For this last comment, the reader understands that at the beginning she felt annoyed to Smith rather than to Bradshow. Indeed that paragraph starts and ends with the same question, regarding Bradshaw’s behavior, and in the middle there’s Smith’s suicide description and Clarissa’s feelings about it, that is she’s angry with Smith’s choice but she’s unable to admit herself it, therefore she shifts her inner sensation’s causes to someone else. So, even the language used is a textual spy of this sensation. And after that the reader is able to sustain the structure’s strength: it gives continuity and makes him/her think to the hours. In particular it reminds a poem structure because of its circular typology: Clarissa moves to the little room from the party firstly thinking “A young man had killed himself” and, passing through her inners ideas, she moves again from the little room returning to the party but thinking “The young man had killed himself”. Therefore the beginning is as the same as the end: Clarissa is having her party.
Last but not least, another important point is the free indirect speech’s choice which confers truth and makes the reader closely to the character and her feelings. For example the first sentence “What business had the Bradshaws to talk of death at her party!” lets the reader understands Clarissa’s annoyed; or the expression “What an extraordinary night!” stressed by the emphasis of the “!” makes the reader conscious she’s happy and satisfied.

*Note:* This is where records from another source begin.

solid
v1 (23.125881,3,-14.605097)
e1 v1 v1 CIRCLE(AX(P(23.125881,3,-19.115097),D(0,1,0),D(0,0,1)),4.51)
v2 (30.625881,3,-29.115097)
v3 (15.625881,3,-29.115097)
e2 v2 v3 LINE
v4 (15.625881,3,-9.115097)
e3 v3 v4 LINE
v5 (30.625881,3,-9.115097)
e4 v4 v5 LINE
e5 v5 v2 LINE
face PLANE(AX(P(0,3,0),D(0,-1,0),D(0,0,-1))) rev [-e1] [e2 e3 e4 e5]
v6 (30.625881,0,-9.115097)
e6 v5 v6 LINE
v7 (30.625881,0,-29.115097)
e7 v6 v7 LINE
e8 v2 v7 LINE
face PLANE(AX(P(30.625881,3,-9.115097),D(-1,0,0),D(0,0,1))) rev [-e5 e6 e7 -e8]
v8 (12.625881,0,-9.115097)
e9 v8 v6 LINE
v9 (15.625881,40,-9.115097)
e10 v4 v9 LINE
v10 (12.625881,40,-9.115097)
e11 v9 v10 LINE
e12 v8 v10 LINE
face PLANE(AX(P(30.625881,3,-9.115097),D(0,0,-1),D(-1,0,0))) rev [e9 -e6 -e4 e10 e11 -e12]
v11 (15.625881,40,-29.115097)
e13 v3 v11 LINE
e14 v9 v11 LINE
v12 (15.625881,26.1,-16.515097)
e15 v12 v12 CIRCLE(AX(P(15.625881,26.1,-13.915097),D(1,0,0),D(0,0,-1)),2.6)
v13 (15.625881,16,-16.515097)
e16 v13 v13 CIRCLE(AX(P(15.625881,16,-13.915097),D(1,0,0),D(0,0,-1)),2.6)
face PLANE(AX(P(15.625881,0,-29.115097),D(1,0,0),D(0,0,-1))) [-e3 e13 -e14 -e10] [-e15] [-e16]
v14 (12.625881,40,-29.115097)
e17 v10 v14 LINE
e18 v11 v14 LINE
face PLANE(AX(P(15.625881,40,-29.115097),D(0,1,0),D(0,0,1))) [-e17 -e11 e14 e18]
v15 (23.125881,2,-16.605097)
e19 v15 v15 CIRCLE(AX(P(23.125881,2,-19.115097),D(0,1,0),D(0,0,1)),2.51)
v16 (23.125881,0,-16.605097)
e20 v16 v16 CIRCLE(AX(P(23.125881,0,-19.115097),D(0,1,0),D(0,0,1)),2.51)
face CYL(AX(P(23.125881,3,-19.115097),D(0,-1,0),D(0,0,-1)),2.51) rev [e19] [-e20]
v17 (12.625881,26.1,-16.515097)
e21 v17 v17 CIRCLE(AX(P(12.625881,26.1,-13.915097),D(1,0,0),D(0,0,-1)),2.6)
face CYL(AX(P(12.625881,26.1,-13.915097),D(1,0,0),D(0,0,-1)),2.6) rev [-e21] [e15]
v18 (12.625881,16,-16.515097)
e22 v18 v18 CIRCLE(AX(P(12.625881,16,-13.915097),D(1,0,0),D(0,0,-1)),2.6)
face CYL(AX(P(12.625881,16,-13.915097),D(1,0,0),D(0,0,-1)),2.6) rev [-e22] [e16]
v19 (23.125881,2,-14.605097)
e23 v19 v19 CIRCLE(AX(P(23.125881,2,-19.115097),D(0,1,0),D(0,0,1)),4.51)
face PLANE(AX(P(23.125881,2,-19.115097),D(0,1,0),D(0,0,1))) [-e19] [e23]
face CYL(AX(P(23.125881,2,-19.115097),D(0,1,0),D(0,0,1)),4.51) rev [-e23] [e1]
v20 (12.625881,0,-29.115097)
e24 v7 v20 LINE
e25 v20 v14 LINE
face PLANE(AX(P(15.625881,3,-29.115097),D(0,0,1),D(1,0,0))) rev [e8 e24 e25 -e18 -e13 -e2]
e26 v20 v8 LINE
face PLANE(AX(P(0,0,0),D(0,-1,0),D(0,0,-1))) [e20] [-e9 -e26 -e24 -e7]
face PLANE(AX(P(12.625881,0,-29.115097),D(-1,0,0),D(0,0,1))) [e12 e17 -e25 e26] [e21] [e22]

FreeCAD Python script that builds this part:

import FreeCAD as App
import Part
import Sketcher

V = App.Vector

doc = App.newDocument("Part")
body = doc.addObject("PartDesign::Body", "Body")

# Sketch on XZ plane
sketch1 = doc.addObject("Sketcher::SketchObject", "Sketch")
body.addObject(sketch1)
sketch1.AttachmentSupport = (doc.XZ_Plane, [""])
sketch1.MapMode = "FlatFace"
sketch1.addGeometry(Part.LineSegment(V(15.6, -29.1, 0), V(15.6, -9.1, 0)), False)
sketch1.addGeometry(Part.LineSegment(V(15.6, -9.1, 0), V(30.6, -9.1, 0)), False)
sketch1.addGeometry(Part.LineSegment(V(30.6, -9.1, 0), V(30.6, -29.1, 0)), False)
sketch1.addGeometry(Part.LineSegment(V(30.6, -29.1, 0), V(15.6, -29.1, 0)), False)
sketch1.addGeometry(Part.Circle(V(23.1, -19.1, 0), V(0, 0, 1), 2.5), False)
sketch1.addConstraint(Sketcher.Constraint("Coincident", 0, 2, 1, 1))
sketch1.addConstraint(Sketcher.Constraint("Coincident", 1, 2, 2, 1))
sketch1.addConstraint(Sketcher.Constraint("Coincident", 2, 2, 3, 1))
sketch1.addConstraint(Sketcher.Constraint("Coincident", 3, 2, 0, 1))
sketch1.addConstraint(Sketcher.Constraint("Vertical", 0))
sketch1.addConstraint(Sketcher.Constraint("Horizontal", 1))
sketch1.addConstraint(Sketcher.Constraint("Vertical", 2))
sketch1.addConstraint(Sketcher.Constraint("Horizontal", 3))
sketch1.addConstraint(Sketcher.Constraint("Diameter", 4, 5.02))
sketch1.addConstraint(Sketcher.Constraint("DistanceX", 1, 1, 1, 2, 15.0))
sketch1.addConstraint(Sketcher.Constraint("DistanceY", 0, 1, 0, 2, 20.0))
sketch1.addConstraint(Sketcher.Constraint("DistanceY", 4, 3, 0, 2, 10.0))
sketch1.addConstraint(Sketcher.Constraint("DistanceX", 0, 2, 4, 3, 7.5))
sketch1.addConstraint(Sketcher.Constraint("DistanceX", -1, 1, 4, 3, 23.125881))
sketch1.addConstraint(Sketcher.Constraint("DistanceY", 4, 3, -1, 1, 19.115097))
pad1 = doc.addObject("PartDesign::Pad", "Pad")
body.addObject(pad1)
pad1.Profile = sketch1
pad1.Length = 3
pad1.Reversed = True

# Sketch on XZ plane
sketch2 = doc.addObject("Sketcher::SketchObject", "Sketch001")
body.addObject(sketch2)
sketch2.AttachmentSupport = (doc.XZ_Plane, [""])
sketch2.MapMode = "FlatFace"
sketch2.AttachmentOffset = App.Placement(V(0, 0, -3), App.Rotation())
sketch2.addGeometry(Part.Circle(V(23.1, -19.1, 0), V(0, 0, 1), 4.5), False)
sketch2.addConstraint(Sketcher.Constraint("Diameter", 0, 9.02))
sketch2.addConstraint(Sketcher.Constraint("DistanceX", -1, 1, 0, 3, 23.125881))
sketch2.addConstraint(Sketcher.Constraint("DistanceY", 0, 3, -1, 1, 19.115097))
pocket1 = doc.addObject("PartDesign::Pocket", "Pocket")
body.addObject(pocket1)
pocket1.Profile = sketch2
pocket1.Length = 1
pocket1.Reversed = True

# Sketch on XZ plane
sketch3 = doc.addObject("Sketcher::SketchObject", "Sketch002")
body.addObject(sketch3)
sketch3.AttachmentSupport = (doc.XZ_Plane, [""])
sketch3.MapMode = "FlatFace"
sketch3.AttachmentOffset = App.Placement(V(0, 0, -3), App.Rotation())
sketch3.addGeometry(Part.LineSegment(V(12.6, -29.1, 0), V(12.6, -9.1, 0)), False)
sketch3.addGeometry(Part.LineSegment(V(12.6, -9.1, 0), V(15.6, -9.1, 0)), False)
sketch3.addGeometry(Part.LineSegment(V(15.6, -9.1, 0), V(15.6, -29.1, 0)), False)
sketch3.addGeometry(Part.LineSegment(V(15.6, -29.1, 0), V(12.6, -29.1, 0)), False)
sketch3.addConstraint(Sketcher.Constraint("Coincident", 0, 2, 1, 1))
sketch3.addConstraint(Sketcher.Constraint("Coincident", 1, 2, 2, 1))
sketch3.addConstraint(Sketcher.Constraint("Coincident", 2, 2, 3, 1))
sketch3.addConstraint(Sketcher.Constraint("Coincident", 3, 2, 0, 1))
sketch3.addConstraint(Sketcher.Constraint("Vertical", 0))
sketch3.addConstraint(Sketcher.Constraint("Horizontal", 1))
sketch3.addConstraint(Sketcher.Constraint("Vertical", 2))
sketch3.addConstraint(Sketcher.Constraint("Horizontal", 3))
sketch3.addConstraint(Sketcher.Constraint("DistanceX", 1, 1, 1, 2, 3.0))
sketch3.addConstraint(Sketcher.Constraint("DistanceY", 0, 1, 0, 2, 20.0))
sketch3.addConstraint(Sketcher.Constraint("DistanceX", -1, 1, 0, 2, 12.625881))
sketch3.addConstraint(Sketcher.Constraint("DistanceY", 0, 2, -1, 1, 9.115097))
pad2 = doc.addObject("PartDesign::Pad", "Pad001")
body.addObject(pad2)
pad2.Profile = sketch3
pad2.Type = "TwoLengths"
pad2.Length = 22
pad2.Length2 = 3
pad2.Reversed = True

# Sketch on YZ plane
sketch4 = doc.addObject("Sketcher::SketchObject", "Sketch003")
body.addObject(sketch4)
sketch4.AttachmentSupport = (doc.YZ_Plane, [""])
sketch4.MapMode = "FlatFace"
sketch4.AttachmentOffset = App.Placement(V(0, 0, 12.625881), App.Rotation())
sketch4.addGeometry(Part.Circle(V(19, -23.1, 0), V(0, 0, 1), 2.6), False)
sketch4.addGeometry(Part.Circle(V(6, -23.1, 0), V(0, 0, 1), 2.6), False)
sketch4.addConstraint(Sketcher.Constraint("Equal", 0, 1))
sketch4.addConstraint(Sketcher.Constraint("Horizontal", 0, 3, 1, 3))
sketch4.addConstraint(Sketcher.Constraint("Diameter", 0, 5.2))
sketch4.addConstraint(Sketcher.Constraint("DistanceX", -1, 1, 0, 3, 19.0))
sketch4.addConstraint(Sketcher.Constraint("DistanceX", -1, 1, 1, 3, 6.0))
sketch4.addConstraint(Sketcher.Constraint("DistanceY", 0, 3, -1, 1, 23.115097))
pocket2 = doc.addObject("PartDesign::Pocket", "Pocket001")
body.addObject(pocket2)
pocket2.Profile = sketch4
pocket2.Length = 22
pocket2.Reversed = True

# Sketch on YZ plane
sketch5 = doc.addObject("Sketcher::SketchObject", "Sketch004")
body.addObject(sketch5)
sketch5.AttachmentSupport = (doc.YZ_Plane, [""])
sketch5.MapMode = "FlatFace"
sketch5.AttachmentOffset = App.Placement(V(0, 0, 12.625881), App.Rotation())
sketch5.addGeometry(Part.Circle(V(19, -23.1, 0), V(0, 0, 1), 2.6), False)
sketch5.addGeometry(Part.Circle(V(6, -23.1, 0), V(0, 0, 1), 2.6), False)
sketch5.addConstraint(Sketcher.Constraint("Equal", 0, 1))
sketch5.addConstraint(Sketcher.Constraint("Horizontal", 0, 3, 1, 3))
sketch5.addConstraint(Sketcher.Constraint("Diameter", 0, 5.2))
sketch5.addConstraint(Sketcher.Constraint("DistanceX", -1, 1, 0, 3, 19.0))
sketch5.addConstraint(Sketcher.Constraint("DistanceX", -1, 1, 1, 3, 6.0))
sketch5.addConstraint(Sketcher.Constraint("DistanceY", 0, 3, -1, 1, 23.115097))
pad3 = doc.addObject("PartDesign::Pad", "Pad002")
body.addObject(pad3)
pad3.Profile = sketch5
pad3.Length = 3

# Sketch on XZ plane
sketch6 = doc.addObject("Sketcher::SketchObject", "Sketch005")
body.addObject(sketch6)
sketch6.AttachmentSupport = (doc.XZ_Plane, [""])
sketch6.MapMode = "FlatFace"
sketch6.AttachmentOffset = App.Placement(V(0, 0, -25), App.Rotation())
sketch6.addGeometry(Part.LineSegment(V(12.6, -9.1, 0), V(15.6, -9.1, 0)), False)
sketch6.addGeometry(Part.LineSegment(V(15.6, -9.1, 0), V(15.6, -29.1, 0)), False)
sketch6.addGeometry(Part.LineSegment(V(15.6, -29.1, 0), V(12.6, -29.1, 0)), False)
sketch6.addGeometry(Part.LineSegment(V(12.6, -29.1, 0), V(12.6, -9.1, 0)), False)
sketch6.addConstraint(Sketcher.Constraint("Coincident", 0, 2, 1, 1))
sketch6.addConstraint(Sketcher.Constraint("Coincident", 1, 2, 2, 1))
sketch6.addConstraint(Sketcher.Constraint("Coincident", 2, 2, 3, 1))
sketch6.addConstraint(Sketcher.Constraint("Coincident", 3, 2, 0, 1))
sketch6.addConstraint(Sketcher.Constraint("Horizontal", 0))
sketch6.addConstraint(Sketcher.Constraint("Vertical", 1))
sketch6.addConstraint(Sketcher.Constraint("Horizontal", 2))
sketch6.addConstraint(Sketcher.Constraint("Vertical", 3))
sketch6.addConstraint(Sketcher.Constraint("DistanceX", 0, 1, 0, 2, 3.0))
sketch6.addConstraint(Sketcher.Constraint("DistanceY", 1, 2, 1, 1, 20.0))
sketch6.addConstraint(Sketcher.Constraint("DistanceX", -1, 1, 0, 2, 15.625881))
sketch6.addConstraint(Sketcher.Constraint("DistanceY", 0, 2, -1, 1, 9.115097))
pocket3 = doc.addObject("PartDesign::Pocket", "Pocket002")
body.addObject(pocket3)
pocket3.Profile = sketch6
pocket3.Length = 5
pocket3.Reversed = True

# Sketch on YZ plane
sketch7 = doc.addObject("Sketcher::SketchObject", "Sketch006")
body.addObject(sketch7)
sketch7.AttachmentSupport = (doc.YZ_Plane, [""])
sketch7.MapMode = "FlatFace"
sketch7.AttachmentOffset = App.Placement(V(0, 0, 12.625881), App.Rotation())
sketch7.addGeometry(Part.LineSegment(V(40, -29, 0), V(20, -29, 0)), False)
sketch7.addGeometry(Part.LineSegment(V(20, -29, 0), V(20, -9, 0)), False)
sketch7.addGeometry(Part.LineSegment(V(20, -9, 0), V(40, -9, 0)), False)
sketch7.addGeometry(Part.LineSegment(V(40, -9, 0), V(40, -29, 0)), False)
sketch7.addConstraint(Sketcher.Constraint("Coincident", 0, 2, 1, 1))
sketch7.addConstraint(Sketcher.Constraint("Coincident", 1, 2, 2, 1))
sketch7.addConstraint(Sketcher.Constraint("Coincident", 2, 2, 3, 1))
sketch7.addConstraint(Sketcher.Constraint("Coincident", 3, 2, 0, 1))
sketch7.addConstraint(Sketcher.Constraint("Horizontal", 0))
sketch7.addConstraint(Sketcher.Constraint("Vertical", 1))
sketch7.addConstraint(Sketcher.Constraint("Horizontal", 2))
sketch7.addConstraint(Sketcher.Constraint("Vertical", 3))
sketch7.addConstraint(Sketcher.Constraint("Equal", 2, 1))
sketch7.addConstraint(Sketcher.Constraint("DistanceX", 0, 2, 0, 1, 20.0))
sketch7.addConstraint(Sketcher.Constraint("DistanceX", -1, 1, 0, 2, 20.0))
sketch7.addConstraint(Sketcher.Constraint("DistanceY", 0, 2, -1, 1, 29.115097))
pad4 = doc.addObject("PartDesign::Pad", "Pad003")
body.addObject(pad4)
pad4.Profile = sketch7
pad4.Length = 3

# Sketch on YZ plane
sketch8 = doc.addObject("Sketcher::SketchObject", "Sketch007")
body.addObject(sketch8)
sketch8.AttachmentSupport = (doc.YZ_Plane, [""])
sketch8.MapMode = "FlatFace"
sketch8.AttachmentOffset = App.Placement(V(0, 0, 15.625881), App.Rotation())
sketch8.addGeometry(Part.Circle(V(16, -13.9, 0), V(0, 0, 1), 2.6), False)
sketch8.addGeometry(Part.Circle(V(26.1, -13.9, 0), V(0, 0, 1), 2.6), False)
sketch8.addConstraint(Sketcher.Constraint("Equal", 0, 1))
sketch8.addConstraint(Sketcher.Constraint("Horizontal", 0, 3, 1, 3))
sketch8.addConstraint(Sketcher.Constraint("Diameter", 0, 5.2))
sketch8.addConstraint(Sketcher.Constraint("DistanceX", -1, 1, 0, 3, 16.0))
sketch8.addConstraint(Sketcher.Constraint("DistanceX", -1, 1, 1, 3, 26.1))
sketch8.addConstraint(Sketcher.Constraint("DistanceY", 0, 3, -1, 1, 13.915097))
pocket4 = doc.addObject("PartDesign::Pocket", "Pocket003")
body.addObject(pocket4)
pocket4.Profile = sketch8
pocket4.Length = 3

doc.recompute()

Personal comment: In my opinion this extra includes the most important novel’s function: it’s a genre able to include all the other ones. The reader is able to find it out her for the poetical language (poetry), the rhetorical questions (theatre’s monologues and rhetoric) and its novel’s main characteristic that is the mixture between narrative’s techniques (for example feelings expressed during narration with free indirect speech or narrator’s voice together character’s one).